Journal of the House of Commons, 6 December 1758
Mr John Gilbert was the agent of the Duke of Bridgewater. The canal plans that he described to Parliament were those for the Bridgewater Canal – an undertaking which proved to be entirely practicable and every bit as efficient at improving transport as those who proposed it suggested. The first English canal to take a line across country which was independent of any natural waterway, it was the wonder of the day, and, from its opening in 1761, became an essential stopping-off place for the eighteenth-century tourist.
‘Tis not long since I viewed the artificial curiosities of London, and now have seen the natural wonders of the Peak; but none of them have given me so much pleasure as I now receive in surveying the Duke of Bridgewater’s navigation in this county. His projector, the ingenious Mr Brindley, has indeed made such improvements in this way, as are truly astonishing. At Barton bridge he has erected a navigable canal in the air; for it is as high as the tops of trees. Whilst I was surveying it with a mixture of wonder and delight, four barges passed me in the space of about three minutes, two of them being chained together, and dragged by two horses, went on the terras of the canal, whereon, I must own, I durst hardly venture to walk, as 1 almost trembled to behold the large river Irwell underneath me, across which this navigation is carried by a bridge, which contains upon it the canal of water, with the barges in it, drawn by horses, which walk upon the battlements of this extraordinary bridge.’
Anon, A History of Inland Navigations, 1779
But if, for the tourist, the canal was no more than an object of curiosity and a titillation for refined sensibilities, for others it was the inspiration for an outburst of engineering activity, the like of which Britain had not seen since the time of the Romans. Within half a century of the opening of the Bridgewater Canal, the canal builders had covered Britain with an intricate network of artificial waterways. They revolutionised the transport system of the country.
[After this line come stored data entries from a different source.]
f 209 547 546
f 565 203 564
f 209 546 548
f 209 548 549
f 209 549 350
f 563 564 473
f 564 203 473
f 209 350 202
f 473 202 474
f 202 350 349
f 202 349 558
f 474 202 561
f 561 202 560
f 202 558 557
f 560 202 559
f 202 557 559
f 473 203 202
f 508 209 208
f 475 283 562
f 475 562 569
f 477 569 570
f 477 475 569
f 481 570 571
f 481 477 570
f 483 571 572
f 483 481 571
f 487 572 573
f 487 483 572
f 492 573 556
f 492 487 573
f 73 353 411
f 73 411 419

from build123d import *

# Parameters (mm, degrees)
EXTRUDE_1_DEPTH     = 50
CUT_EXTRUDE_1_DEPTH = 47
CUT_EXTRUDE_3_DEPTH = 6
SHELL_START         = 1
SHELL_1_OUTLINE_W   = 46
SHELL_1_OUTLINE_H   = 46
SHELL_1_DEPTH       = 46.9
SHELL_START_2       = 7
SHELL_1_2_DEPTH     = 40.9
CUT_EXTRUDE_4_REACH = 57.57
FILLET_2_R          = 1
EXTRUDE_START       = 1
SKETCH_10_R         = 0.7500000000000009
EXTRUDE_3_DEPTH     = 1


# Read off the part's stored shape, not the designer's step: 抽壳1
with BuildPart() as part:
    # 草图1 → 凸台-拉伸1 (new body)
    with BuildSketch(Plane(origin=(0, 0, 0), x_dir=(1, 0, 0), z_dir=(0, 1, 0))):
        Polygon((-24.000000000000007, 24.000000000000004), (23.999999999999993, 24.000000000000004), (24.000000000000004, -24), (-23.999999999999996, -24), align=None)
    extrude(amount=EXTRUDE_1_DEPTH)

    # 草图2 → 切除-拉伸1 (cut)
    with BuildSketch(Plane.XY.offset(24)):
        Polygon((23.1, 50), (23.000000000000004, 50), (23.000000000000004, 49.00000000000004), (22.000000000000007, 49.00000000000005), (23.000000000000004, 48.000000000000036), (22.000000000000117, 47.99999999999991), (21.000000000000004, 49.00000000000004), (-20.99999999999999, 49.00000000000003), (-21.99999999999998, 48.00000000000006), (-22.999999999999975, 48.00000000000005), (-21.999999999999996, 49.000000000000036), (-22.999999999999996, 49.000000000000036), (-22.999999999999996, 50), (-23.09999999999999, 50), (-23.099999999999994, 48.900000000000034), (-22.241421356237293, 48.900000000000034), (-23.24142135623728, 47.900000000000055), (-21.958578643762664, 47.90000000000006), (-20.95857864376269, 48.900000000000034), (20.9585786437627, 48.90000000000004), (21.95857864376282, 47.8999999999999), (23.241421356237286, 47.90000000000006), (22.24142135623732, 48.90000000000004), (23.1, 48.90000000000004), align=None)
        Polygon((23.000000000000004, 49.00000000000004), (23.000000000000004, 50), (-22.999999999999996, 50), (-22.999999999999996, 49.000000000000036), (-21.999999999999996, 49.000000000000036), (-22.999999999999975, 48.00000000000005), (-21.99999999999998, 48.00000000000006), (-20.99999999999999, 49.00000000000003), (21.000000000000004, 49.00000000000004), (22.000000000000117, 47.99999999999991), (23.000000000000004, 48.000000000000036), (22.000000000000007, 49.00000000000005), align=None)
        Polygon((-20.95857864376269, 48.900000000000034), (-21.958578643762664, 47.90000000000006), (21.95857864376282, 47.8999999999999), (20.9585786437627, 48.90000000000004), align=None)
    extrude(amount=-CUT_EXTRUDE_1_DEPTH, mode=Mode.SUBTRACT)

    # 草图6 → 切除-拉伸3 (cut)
The idea of a revolution in civil engineering sits uneasily with many of the images that we have of England in the middle of the eighteenth century. But the chronicles for the year 1761 show a time of contrasts: a pause between an older Britain and a new. The aspect of the age that is the best known and the most chronicled is the world of the wealthy and the fashionable, the London of the 1760s that Boswell described in his Journal. It was the age of reason, of Hume and Voltaire, and the age of sentiment and elegance. Laurence Sterne’s verbal comic-strip of a novel, Tristram Shandy, was just starting to appear, Garrick ruled over the London theatre, Adam and Chippendale were transforming the fashionable house and its furnishings, while Capability Brown was transforming the grounds outside. This fashionable world can be seen staring out at us from the paintings of Gainsborough and Reynolds. With the third George now on the throne, it all seemed very safe and stable. True, the Seven Years War was still stumbling along and, in the course of the year, the elder Pitt resigned from office, but these were not major disturbances. If power shifted between the Whigs and the Tories, it was still the same narrow social stratum that would provide the rulers. Electioneering, after all, was an occupation reserved for the very rich: at a ‘small borough’, the bill of fare for the electorate on polling day was recorded as ‘980 stone of beef, 315 dozen bottles of wine, 72 pipes of ale, and 365 gallons of spirits converted into punch’.1
But there was much in the year 1761 that looked back to an earlier time. It was still only fifteen years since the ‘Bonnie Prince’ had marched his highlanders down into England and only fourteen years since the Rebellion had been quelled at Culloden. Dipping into the chronicles, the reader keeps meeting items that present an older, and perhaps more robust, image of the times. In 1761, a sophisticated and respectable publication like the Annual Register could still find room in its pages for an anecdote about a rich Spanish visitor to London losing his trousers in a brothel, and the Gentleman’s Magazine reported in April that ‘an old sorcerer of 30 years standing was convicted at the quarter sessions of Norwich for defrauding a poor woman of money, by pretending to lay evil spirits and cure her of witchcraft, and a letter from London on 12 May complained of ‘the pernicious practice of driving cattle thro’ the street of this city.’ There are endless stories of highwaymen, some of whom actually seem to have lived up to their fictitious counterparts. When the dashing Isaac Dumas was acquitted, a poem was published by ‘Certain Belles’:
Joy to thee, lovely thief! that thou
Hast ‘scap’d the fatal string;
Let gallows groan with ugly rogues,
Dumas must never swing.
He did swing later though. The lovely thief was hanged in the year 1761.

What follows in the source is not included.